Converting tape to digital: why can't I hear anything?

Discussion in 'Digital Audio' started by LittleVee, Jul 6, 2006.

  1. LittleVee macrumors newbie

    Joined:
    Jul 6, 2006
    Location:
    London, UK
    #1
    Hi all

    Any comments/advice gratefully received as I'm trying to convert my old cassettes dug out of the loft to digital but seem to have hit a snag! My bro's done the odd one onto CD for me but I've got loads, he's based a long way away, has small children, etc, so I don't want to bug him.

    I have a working tape player with a working headphone out and an iBook G4: in between these, there's a double ended mini-jack cable, and a m-audio transit USB audio interface (advised by guy in music store as no line-in on the iBook).

    I've installed the transit, selected it as the Input in System Preferences/Sound and left the Output as Built-in Audio. With it all connected up, I play tapes and can see a fluctuating Input Level so I'm assuming something's getting through, but I can't hear anything at all even with all the volumes whacked up.

    Can someone tell me why, how to fix it and how to then record through GarageBand or Audacity? I'm no techie, but I can usually get the hang of most things and this is really frustrating me.

    Feel free to point out I'm being completely thick somewhere along the line...
     
  2. ChrisBrightwell macrumors 68020

    ChrisBrightwell

    Joined:
    Apr 5, 2004
    Location:
    Huntsville, AL
    #2
    Each app has it's own input settings. Check all the preferences.

    For example, in GB:
     

    Attached Files:

  3. zimv20 macrumors 601

    zimv20

    Joined:
    Jul 18, 2002
    Location:
    toronto
    #3
    it's about reference levels

    your tape deck is most likely operating at -10 dBV, while most pro gear operates at +4 dBu. some gear has a -10/+4 switch, but i don't see on one the transit.

    when i do cassette dumps, i run the analog signal through an RNP and boost it 18 dB (sometimes 24, depending on the source material). but i have a home studio and happen to have one of these lying around.

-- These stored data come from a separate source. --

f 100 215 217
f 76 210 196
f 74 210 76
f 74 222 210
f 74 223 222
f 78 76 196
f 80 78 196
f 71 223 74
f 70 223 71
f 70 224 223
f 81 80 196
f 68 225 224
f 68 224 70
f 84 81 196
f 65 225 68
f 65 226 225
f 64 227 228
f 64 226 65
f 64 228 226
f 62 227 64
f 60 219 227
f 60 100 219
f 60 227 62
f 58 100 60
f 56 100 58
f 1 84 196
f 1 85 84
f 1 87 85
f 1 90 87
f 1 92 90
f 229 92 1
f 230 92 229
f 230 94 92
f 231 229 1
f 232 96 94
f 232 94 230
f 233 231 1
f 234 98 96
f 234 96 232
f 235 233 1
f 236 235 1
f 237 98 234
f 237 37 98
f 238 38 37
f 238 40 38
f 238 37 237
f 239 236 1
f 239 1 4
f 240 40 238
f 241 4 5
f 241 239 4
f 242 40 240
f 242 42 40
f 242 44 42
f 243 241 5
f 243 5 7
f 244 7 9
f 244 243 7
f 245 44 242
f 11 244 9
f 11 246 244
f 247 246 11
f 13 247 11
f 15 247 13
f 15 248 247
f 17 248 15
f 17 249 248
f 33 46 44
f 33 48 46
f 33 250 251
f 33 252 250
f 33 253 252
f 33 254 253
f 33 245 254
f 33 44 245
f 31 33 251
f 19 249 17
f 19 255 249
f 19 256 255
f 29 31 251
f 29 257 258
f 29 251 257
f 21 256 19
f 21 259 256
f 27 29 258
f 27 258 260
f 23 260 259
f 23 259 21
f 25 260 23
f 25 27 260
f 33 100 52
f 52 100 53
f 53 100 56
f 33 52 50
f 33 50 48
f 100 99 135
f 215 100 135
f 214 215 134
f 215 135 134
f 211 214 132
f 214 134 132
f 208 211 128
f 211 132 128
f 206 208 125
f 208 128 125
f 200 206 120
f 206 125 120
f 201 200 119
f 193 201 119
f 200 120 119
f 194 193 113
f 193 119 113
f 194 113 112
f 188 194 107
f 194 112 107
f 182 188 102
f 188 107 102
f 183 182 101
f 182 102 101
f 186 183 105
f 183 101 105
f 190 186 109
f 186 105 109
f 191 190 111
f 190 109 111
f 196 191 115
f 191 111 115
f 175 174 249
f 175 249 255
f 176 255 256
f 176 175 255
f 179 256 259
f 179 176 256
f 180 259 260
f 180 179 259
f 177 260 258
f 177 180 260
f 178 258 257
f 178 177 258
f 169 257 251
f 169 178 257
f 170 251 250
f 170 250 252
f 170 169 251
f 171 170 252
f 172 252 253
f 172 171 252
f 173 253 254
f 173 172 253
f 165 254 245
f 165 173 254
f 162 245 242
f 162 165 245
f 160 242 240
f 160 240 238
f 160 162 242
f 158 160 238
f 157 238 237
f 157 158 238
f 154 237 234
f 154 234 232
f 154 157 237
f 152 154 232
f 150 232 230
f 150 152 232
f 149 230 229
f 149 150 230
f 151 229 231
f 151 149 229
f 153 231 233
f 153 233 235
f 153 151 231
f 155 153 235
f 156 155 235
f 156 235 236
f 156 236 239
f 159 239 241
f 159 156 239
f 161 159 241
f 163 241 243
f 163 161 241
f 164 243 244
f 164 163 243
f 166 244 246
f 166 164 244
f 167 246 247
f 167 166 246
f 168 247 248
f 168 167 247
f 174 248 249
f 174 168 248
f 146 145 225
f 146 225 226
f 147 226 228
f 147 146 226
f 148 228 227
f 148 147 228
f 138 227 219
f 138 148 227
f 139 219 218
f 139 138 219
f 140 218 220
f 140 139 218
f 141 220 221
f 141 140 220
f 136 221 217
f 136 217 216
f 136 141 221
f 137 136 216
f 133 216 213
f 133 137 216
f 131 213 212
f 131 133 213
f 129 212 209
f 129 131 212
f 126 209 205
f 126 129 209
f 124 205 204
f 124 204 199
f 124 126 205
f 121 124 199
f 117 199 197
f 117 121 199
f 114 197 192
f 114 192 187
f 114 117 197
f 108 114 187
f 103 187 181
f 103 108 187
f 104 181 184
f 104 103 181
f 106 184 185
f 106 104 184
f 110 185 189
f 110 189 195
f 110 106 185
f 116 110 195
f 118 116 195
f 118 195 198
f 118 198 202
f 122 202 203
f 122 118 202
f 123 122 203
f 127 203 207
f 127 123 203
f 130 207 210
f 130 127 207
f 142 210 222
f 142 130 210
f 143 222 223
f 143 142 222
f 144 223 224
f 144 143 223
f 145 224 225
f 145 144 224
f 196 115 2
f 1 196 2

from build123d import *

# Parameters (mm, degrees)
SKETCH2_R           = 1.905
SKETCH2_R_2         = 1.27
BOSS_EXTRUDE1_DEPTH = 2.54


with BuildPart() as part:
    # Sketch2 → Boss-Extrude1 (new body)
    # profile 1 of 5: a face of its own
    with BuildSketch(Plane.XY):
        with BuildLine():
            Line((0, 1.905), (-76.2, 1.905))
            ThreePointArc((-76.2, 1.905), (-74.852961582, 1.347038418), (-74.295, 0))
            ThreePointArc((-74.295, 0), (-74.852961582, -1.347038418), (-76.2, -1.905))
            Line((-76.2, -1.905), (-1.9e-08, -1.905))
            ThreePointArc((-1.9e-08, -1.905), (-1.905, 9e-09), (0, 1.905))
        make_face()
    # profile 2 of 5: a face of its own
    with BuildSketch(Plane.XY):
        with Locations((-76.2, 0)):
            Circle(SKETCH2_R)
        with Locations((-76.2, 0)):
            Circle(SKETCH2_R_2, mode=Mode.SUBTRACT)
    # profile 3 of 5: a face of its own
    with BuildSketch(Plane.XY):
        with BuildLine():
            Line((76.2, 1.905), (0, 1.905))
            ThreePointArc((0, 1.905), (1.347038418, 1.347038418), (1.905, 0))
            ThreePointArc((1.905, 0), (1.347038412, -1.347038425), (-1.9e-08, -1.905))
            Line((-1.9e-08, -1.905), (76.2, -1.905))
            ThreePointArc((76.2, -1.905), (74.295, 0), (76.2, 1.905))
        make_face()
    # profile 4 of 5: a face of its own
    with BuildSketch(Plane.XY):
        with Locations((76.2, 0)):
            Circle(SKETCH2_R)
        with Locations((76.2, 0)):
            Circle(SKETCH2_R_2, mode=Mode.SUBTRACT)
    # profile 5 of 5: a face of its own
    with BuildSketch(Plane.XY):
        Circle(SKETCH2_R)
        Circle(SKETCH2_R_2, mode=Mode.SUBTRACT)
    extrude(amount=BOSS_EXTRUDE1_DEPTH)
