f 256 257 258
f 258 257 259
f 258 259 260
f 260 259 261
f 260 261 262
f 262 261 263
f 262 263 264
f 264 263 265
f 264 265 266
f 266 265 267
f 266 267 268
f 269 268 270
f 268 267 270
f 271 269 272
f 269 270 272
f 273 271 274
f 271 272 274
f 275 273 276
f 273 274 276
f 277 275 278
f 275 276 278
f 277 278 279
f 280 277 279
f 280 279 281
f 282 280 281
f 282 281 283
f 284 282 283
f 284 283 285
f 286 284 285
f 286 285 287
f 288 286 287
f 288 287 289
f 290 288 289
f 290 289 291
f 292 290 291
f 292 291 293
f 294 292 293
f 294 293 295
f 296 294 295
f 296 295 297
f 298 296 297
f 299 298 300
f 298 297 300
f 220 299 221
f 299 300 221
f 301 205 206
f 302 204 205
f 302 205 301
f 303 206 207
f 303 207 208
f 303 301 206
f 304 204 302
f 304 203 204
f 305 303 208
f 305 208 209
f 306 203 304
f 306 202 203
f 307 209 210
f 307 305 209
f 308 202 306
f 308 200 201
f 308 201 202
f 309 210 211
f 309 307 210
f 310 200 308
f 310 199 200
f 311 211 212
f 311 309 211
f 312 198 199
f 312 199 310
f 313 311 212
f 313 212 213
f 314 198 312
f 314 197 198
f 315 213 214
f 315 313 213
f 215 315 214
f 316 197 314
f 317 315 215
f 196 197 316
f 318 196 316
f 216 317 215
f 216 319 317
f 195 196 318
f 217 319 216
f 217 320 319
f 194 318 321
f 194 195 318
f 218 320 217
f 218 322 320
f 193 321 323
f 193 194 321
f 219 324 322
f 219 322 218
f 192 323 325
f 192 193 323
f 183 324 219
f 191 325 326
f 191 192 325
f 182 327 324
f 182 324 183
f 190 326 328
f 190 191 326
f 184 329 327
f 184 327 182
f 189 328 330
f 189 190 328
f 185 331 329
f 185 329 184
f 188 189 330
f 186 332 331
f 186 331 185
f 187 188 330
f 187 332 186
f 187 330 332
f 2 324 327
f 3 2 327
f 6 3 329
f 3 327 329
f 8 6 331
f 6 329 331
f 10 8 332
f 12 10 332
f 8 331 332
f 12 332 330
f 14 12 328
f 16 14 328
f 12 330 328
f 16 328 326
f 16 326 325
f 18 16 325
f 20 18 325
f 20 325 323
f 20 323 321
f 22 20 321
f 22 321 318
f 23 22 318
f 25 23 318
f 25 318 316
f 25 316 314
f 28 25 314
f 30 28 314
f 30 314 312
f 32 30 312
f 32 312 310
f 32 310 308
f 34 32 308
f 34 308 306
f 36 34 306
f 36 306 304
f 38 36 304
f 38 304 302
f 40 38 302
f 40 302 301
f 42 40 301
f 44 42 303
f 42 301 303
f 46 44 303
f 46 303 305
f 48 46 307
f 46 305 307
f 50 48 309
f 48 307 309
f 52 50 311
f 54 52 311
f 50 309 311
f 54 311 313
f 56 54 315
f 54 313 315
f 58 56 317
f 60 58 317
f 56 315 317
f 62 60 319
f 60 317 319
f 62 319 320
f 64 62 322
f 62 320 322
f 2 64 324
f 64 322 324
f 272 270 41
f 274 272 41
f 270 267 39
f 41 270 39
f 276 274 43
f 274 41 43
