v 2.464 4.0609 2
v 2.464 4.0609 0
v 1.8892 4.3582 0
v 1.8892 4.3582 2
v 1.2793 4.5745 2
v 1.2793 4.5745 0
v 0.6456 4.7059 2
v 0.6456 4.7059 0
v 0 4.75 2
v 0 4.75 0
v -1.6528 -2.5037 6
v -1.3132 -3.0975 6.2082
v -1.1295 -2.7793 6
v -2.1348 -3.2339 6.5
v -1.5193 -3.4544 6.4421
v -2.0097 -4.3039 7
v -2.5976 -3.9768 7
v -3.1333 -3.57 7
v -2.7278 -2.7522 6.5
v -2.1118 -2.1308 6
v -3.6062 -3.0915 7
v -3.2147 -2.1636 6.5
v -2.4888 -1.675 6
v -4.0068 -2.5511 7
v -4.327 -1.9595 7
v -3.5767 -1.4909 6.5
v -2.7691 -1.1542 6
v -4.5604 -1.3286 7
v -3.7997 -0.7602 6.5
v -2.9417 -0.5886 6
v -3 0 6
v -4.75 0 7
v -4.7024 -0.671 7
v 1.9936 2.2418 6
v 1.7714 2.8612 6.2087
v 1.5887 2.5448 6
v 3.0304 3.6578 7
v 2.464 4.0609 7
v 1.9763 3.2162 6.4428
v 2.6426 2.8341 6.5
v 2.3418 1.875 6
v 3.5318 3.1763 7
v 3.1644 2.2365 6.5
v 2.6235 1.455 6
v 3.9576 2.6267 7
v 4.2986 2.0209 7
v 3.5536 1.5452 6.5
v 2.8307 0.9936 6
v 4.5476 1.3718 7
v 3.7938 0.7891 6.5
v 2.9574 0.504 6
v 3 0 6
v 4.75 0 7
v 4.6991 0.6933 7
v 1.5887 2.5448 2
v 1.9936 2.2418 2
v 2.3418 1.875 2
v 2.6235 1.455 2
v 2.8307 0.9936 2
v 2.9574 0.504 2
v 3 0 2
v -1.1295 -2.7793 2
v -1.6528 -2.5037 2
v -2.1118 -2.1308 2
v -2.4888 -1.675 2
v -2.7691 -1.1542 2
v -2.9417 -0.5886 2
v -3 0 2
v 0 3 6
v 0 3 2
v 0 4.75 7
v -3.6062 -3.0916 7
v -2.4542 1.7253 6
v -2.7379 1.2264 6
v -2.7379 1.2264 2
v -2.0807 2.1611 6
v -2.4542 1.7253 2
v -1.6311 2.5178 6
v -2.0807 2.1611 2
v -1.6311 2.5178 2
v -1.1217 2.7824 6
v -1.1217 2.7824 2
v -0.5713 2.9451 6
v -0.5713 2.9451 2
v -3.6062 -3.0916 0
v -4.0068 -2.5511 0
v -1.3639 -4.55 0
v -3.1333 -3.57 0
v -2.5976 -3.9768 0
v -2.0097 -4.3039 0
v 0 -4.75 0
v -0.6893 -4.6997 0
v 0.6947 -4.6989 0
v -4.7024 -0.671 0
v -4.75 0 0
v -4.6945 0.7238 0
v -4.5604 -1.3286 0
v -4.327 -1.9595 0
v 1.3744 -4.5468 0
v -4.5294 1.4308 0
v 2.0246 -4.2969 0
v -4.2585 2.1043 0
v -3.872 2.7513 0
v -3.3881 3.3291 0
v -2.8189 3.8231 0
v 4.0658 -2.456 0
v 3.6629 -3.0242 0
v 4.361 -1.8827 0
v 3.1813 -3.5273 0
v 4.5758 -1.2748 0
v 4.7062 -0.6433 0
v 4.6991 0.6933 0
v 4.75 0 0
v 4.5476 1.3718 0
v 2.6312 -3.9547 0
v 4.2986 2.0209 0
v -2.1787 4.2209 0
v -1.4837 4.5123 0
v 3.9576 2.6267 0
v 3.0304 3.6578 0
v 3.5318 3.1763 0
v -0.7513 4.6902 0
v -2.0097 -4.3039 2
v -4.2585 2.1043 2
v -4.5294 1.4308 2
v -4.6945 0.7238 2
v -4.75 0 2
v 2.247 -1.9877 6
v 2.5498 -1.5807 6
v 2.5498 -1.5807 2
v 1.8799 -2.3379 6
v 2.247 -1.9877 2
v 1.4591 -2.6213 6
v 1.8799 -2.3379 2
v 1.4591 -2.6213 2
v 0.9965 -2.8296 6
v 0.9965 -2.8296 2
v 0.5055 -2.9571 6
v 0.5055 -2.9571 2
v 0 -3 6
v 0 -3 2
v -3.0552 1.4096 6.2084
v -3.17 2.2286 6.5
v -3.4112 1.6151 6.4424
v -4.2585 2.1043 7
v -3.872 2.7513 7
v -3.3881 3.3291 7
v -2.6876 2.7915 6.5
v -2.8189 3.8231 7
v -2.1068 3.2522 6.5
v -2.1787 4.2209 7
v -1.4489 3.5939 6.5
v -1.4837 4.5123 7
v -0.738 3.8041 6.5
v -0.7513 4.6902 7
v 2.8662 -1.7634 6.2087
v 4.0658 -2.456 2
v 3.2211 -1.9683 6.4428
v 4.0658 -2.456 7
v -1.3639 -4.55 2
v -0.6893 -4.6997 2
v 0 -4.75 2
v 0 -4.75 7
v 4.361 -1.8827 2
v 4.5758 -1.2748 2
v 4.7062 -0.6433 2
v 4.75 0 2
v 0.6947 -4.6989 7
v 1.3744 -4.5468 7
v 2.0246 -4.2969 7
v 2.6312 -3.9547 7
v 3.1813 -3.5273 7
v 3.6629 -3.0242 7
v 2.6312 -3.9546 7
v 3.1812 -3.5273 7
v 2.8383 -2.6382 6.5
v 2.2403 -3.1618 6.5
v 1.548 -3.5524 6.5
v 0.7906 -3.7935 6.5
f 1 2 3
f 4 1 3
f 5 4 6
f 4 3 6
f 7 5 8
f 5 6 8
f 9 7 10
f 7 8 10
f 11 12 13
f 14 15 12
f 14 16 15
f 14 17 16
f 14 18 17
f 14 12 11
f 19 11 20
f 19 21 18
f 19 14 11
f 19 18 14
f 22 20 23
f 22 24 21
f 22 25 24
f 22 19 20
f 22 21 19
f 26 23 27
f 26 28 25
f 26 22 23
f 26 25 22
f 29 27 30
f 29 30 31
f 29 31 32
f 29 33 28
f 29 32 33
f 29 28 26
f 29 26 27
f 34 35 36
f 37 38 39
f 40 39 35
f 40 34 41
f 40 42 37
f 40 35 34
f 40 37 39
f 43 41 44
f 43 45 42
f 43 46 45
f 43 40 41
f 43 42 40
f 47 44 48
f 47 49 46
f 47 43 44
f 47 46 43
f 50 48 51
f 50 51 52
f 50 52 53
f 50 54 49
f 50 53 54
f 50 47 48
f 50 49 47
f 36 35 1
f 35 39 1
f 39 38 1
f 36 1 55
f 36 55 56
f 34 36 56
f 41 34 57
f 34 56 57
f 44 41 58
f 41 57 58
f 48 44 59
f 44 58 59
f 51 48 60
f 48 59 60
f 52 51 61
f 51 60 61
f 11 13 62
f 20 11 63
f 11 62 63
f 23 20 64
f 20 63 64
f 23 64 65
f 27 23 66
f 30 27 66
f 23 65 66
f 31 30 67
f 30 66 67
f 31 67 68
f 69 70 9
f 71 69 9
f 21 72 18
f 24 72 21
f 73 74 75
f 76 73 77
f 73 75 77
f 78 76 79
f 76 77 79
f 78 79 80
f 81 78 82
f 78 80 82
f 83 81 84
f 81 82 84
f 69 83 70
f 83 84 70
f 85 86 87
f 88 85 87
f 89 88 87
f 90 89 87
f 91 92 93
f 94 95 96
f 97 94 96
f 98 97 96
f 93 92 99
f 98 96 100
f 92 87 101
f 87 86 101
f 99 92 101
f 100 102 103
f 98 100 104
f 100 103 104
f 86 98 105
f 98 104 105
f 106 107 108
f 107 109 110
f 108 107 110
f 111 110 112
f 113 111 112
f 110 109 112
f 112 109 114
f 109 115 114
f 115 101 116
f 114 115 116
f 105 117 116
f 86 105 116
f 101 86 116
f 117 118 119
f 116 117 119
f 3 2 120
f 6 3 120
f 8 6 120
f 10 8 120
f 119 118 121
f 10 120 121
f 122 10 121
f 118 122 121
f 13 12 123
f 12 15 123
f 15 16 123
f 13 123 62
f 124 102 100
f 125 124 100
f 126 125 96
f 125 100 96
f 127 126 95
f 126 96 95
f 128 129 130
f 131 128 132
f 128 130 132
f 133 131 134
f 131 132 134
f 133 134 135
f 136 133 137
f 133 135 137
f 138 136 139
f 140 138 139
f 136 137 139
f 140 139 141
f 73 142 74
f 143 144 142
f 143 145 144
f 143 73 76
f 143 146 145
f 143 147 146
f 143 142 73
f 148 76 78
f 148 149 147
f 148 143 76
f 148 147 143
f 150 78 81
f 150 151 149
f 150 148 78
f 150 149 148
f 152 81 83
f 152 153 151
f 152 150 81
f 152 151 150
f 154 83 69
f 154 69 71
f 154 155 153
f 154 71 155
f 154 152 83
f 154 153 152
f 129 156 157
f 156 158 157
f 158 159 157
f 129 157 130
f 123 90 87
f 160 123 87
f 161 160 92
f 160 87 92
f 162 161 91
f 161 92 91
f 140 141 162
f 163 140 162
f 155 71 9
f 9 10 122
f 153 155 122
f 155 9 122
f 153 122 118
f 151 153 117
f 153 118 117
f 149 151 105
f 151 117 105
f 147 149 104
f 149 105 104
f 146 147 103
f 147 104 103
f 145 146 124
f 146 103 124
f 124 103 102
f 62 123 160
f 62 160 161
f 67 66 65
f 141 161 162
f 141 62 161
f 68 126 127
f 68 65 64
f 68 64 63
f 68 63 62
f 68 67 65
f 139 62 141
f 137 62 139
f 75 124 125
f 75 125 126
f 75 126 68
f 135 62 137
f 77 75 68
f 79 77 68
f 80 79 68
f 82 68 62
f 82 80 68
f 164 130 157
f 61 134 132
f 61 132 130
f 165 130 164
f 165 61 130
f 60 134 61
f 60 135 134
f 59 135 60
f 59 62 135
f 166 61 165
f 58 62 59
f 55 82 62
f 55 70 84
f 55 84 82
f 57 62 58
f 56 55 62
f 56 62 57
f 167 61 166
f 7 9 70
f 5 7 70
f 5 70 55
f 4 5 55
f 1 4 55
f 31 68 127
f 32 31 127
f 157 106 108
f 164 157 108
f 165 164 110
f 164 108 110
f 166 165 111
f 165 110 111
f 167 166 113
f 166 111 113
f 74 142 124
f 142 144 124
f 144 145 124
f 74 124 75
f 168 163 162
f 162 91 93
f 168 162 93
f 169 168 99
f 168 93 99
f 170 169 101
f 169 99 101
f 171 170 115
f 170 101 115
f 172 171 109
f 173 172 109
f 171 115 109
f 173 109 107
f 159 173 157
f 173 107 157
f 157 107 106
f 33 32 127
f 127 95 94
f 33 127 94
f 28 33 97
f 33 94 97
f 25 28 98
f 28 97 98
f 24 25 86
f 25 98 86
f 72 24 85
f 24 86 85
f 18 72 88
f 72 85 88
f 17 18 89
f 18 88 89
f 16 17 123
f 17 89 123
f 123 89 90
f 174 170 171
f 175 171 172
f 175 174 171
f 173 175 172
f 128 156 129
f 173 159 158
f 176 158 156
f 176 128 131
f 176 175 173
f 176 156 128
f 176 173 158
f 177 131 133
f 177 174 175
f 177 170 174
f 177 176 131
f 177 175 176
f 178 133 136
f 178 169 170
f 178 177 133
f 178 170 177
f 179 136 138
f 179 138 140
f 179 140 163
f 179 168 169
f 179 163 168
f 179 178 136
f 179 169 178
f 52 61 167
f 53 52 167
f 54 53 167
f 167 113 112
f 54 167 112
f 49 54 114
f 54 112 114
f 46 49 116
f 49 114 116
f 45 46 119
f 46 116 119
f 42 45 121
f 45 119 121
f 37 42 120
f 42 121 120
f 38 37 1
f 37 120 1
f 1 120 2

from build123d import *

# Parameters (mm, degrees)
F1_DEPTH   = 2
F2_DEPTH   = 7
F3_SIZE2   = 1.74999
F3_SIZE    = 0.99999
F3_2_SIZE2 = 1.74999
F3_2_SIZE  = 0.99999
F3_3_SIZE2 = 1.74999
F3_3_SIZE  = 0.99999
F3_4_SIZE2 = 1.74999
F3_4_SIZE  = 0.99999


# Not quite as in the source:
# - a fillet or chamfer is up to 0.001 mm smaller than in the source, because OpenCascade refuses the exact size


with BuildPart() as f1:
    # F0 (on Top) → F1 (new body)
    with BuildSketch(Plane.XY):
        with BuildLine():
            ThreePointArc((2.5497759502, -1.5807095255), (2.8852493697, -0.8217883394), (3, 0))
            ThreePointArc((3, 0), (2.6235481729, 1.4549896853), (1.5886700104, 2.544823687))
            ThreePointArc((1.5886700104, 2.544823687), (0.8262956308, 2.8839617769), (0, 3))
            ThreePointArc((0, 3), (-1.6310845521, 2.51784892), (-2.7378829853, 1.226375456))
            ThreePointArc((-2.7378829853, 1.226375456), (-2.9337389928, 0.6270370979), (-3, 0))
            ThreePointArc((-3, 0), (-2.488818496, -1.6750470125), (-1.1294783373, -2.7792586575))
            ThreePointArc((-1.1294783373, -2.7792586575), (-0.5754233343, -2.944297537), (0, -3))
            ThreePointArc((0, -3), (1.4590872872, -2.6212715022), (2.5497759502, -1.5807095255))
        make_face()
        with BuildLine():
            Line((0, -4.75), (0, -3))
            ThreePointArc((0, -3), (-0.5754233343, -2.944297537), (-1.1294783373, -2.7792586575))
            Line((-1.1294783373, -2.7792586575), (-2.0097266443, -4.3038934484))
            ThreePointArc((-2.0097266443, -4.3038934484), (-1.0293216504, -4.6371324048), (0, -4.75))
        make_face()
        with BuildLine():
            Line((4.75, 0), (3, 0))
            ThreePointArc((3, 0), (2.8852493697, -0.8217883394), (2.5497759502, -1.5807095255))
            Line((2.5497759502, -1.5807095255), (4.0657909798, -2.455981211))
            ThreePointArc((4.0657909798, -2.455981211), (4.5757516953, -1.2747534754), (4.75, 0))
        make_face()
        with BuildLine():
            ThreePointArc((-3, 0), (-2.9337389928, 0.6270370979), (-2.7378829853, 1.226375456))
            Line((-2.7378829853, 1.226375456), (-4.2584618162, 2.1042820533))
            ThreePointArc((-4.2584618162, 2.1042820533), (-4.625483414, 1.0804643384), (-4.75, 0))
            Line((-4.75, 0), (-3, 0))
        make_face()
        with BuildLine():
            ThreePointArc((0, 3), (0.8262956308, 2.8839617769), (1.5886700104, 2.544823687))
            Line((1.5886700104, 2.544823687), (2.4639985646, 4.0609372162))
            ThreePointArc((2.4639985646, 4.0609372162), (1.2792670212, 4.5744918722), (0, 4.75))
            Line((0, 4.75), (0, 3))
        make_face()
    extrude(amount=F1_DEPTH)

    # F0 (on Top) → F2 (join)
    with BuildSketch(Plane.XY):
        with BuildLine():
            Line((-2.0097266443, -4.3038934484), (-1.1294783373, -2.7792586575))
            ThreePointArc((-1.1294783373, -2.7792586575), (-2.488818496, -1.6750470125), (-3, 0))
            Line((-3, 0), (-4.75, 0))
            ThreePointArc((-4.75, 0), (-4.0067880877, -2.5511074497), (-2.0097266443, -4.3038934484))
        make_face()
        with BuildLine():
            Line((4.0657909798, -2.455981211), (2.5497759502, -1.5807095255))
            ThreePointArc((2.5497759502, -1.5807095255), (1.4590872872, -2.6212715022), (0, -3))
            Line((0, -3), (0, -4.75))
            ThreePointArc((0, -4.75), (2.334158226, -4.1369318795), (4.0657909798, -2.455981211))
        make_face()
        with BuildLine():
            ThreePointArc((1.5886700104, 2.544823687), (2.6235481729, 1.4549896853), (3, 0))
            Line((3, 0), (4.75, 0))
            ThreePointArc((4.75, 0), (4.1392326089, 2.3300758376), (2.4639985646, 4.0609372162))
            Line((2.4639985646, 4.0609372162), (1.5886700104, 2.544823687))
        make_face()
        with BuildLine():
            ThreePointArc((-2.7378829853, 1.226375456), (-1.6310845521, 2.51784892), (0, 3))
            Line((0, 3), (0, 4.75))
            ThreePointArc((0, 4.75), (-2.5067070278, 4.0347143488), (-4.2584618162, 2.1042820533))
            Line((-4.2584618162, 2.1042820533), (-2.7378829853, 1.226375456))
        make_face()
    extrude(amount=F2_DEPTH)

    # F3 (size 1 and 1.75 in the source; OpenCascade refuses exactly that, so slightly less here)
    f3_edges = [f1.edges().sort_by_distance(p)[0] for p in [
        (-2.488818, -1.675047, 7),
    ]]
    f3_side = f1.faces().sort_by_distance((-2.488818, -1.675047, 4.5))[0]
    chamfer(f3_edges, length=F3_SIZE, length2=F3_SIZE2, reference=f3_side)

    # F3#2 (size 1 and 1.75 in the source; OpenCascade refuses exactly that, so slightly less here)
    f3_2_edges = [f1.edges().sort_by_distance(p)[0] for p in [
        (-1.631085, 2.517849, 7),
    ]]
    f3_2_side = f1.faces().sort_by_distance((-1.631085, 2.517849, 4.5))[0]
    chamfer(f3_2_edges, length=F3_2_SIZE, length2=F3_2_SIZE2, reference=f3_2_side)

    # F3#3 (size 1 and 1.75 in the source; OpenCascade refuses exactly that, so slightly less here)
    f3_3_edges = [f1.edges().sort_by_distance(p)[0] for p in [
        (2.623548, 1.45499, 7),
    ]]
    f3_3_side = f1.faces().sort_by_distance((2.623548, 1.45499, 4.5))[0]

    you need something similar, a mic pre with a line input. otherwise, as you've seen, your level is going to be unacceptably low.
     
  4. LittleVee thread starter macrumors newbie

    Joined:
    Jul 6, 2006
    Location:
    London, UK
    #4
    Thanks for the suggestions, guys.

    Fiddled around, checked every preference I could find for inputs, outputs, playthrough, etc and still couldn't hear anything.

    Then I thought "what the hell" and "I wonder", set everything up, pressed play and clicked record (in Audacity). Hey presto, I could hear what was being recorded! It does mean a few false starts for each track, setting levels and such like, but better than nothing.

    My first tape has been recorded, chopped up into separate tracks and imported safely into iTunes.

    Now I know it all works, I just have to decide how much I want to get to grips with edit/clean up in Audacity - the test was a stereo tape of an old mono original with a bit of hiss on the empty channel (worst on my favourite track, natch) - so I could be here for the long haul...

    Vee
     
  5. wordmunger macrumors 603

    wordmunger

    Joined:
    Sep 3, 2003
    Location:
    North Carolina
    #5
    So -- how much did all the gear you needed cost you? I've got a few old tapes I'm thinking of converting, but it might actually end up being cheaper just buying them again on iTunes.

    I do already have a tape player with audio out, but that's it.
     
  6. LittleVee thread starter macrumors newbie

    Joined:
    Jul 6, 2006
    Location:
    London, UK
    #6
    Hi

    The only things I bought were the m-audio transit and the double-ended jack cable, which together cost me about £60 (around $110), although prices for the transit can vary enormously.

    In the UK, that equates to only about 75 iTunes tracks, or maybe 6/7 albums. I've got way more than 6/7 albums that I just can't get again or have to be sourced from (expensive) specialist sites, so it should be worth it. The jury's still out on the sound quality though...

    Anyway, if I get good I can charge friends a couple of quid to do their tapes, or just flog the kit on when all done.

    Vee
     
  7. wordmunger macrumors 603

    wordmunger

    Joined:
    Sep 3, 2003
    Location:
    North Carolina
    #7
    Thanks for the info. It'll probably be cheaper for me just to buy the tracks I want. Better quality too.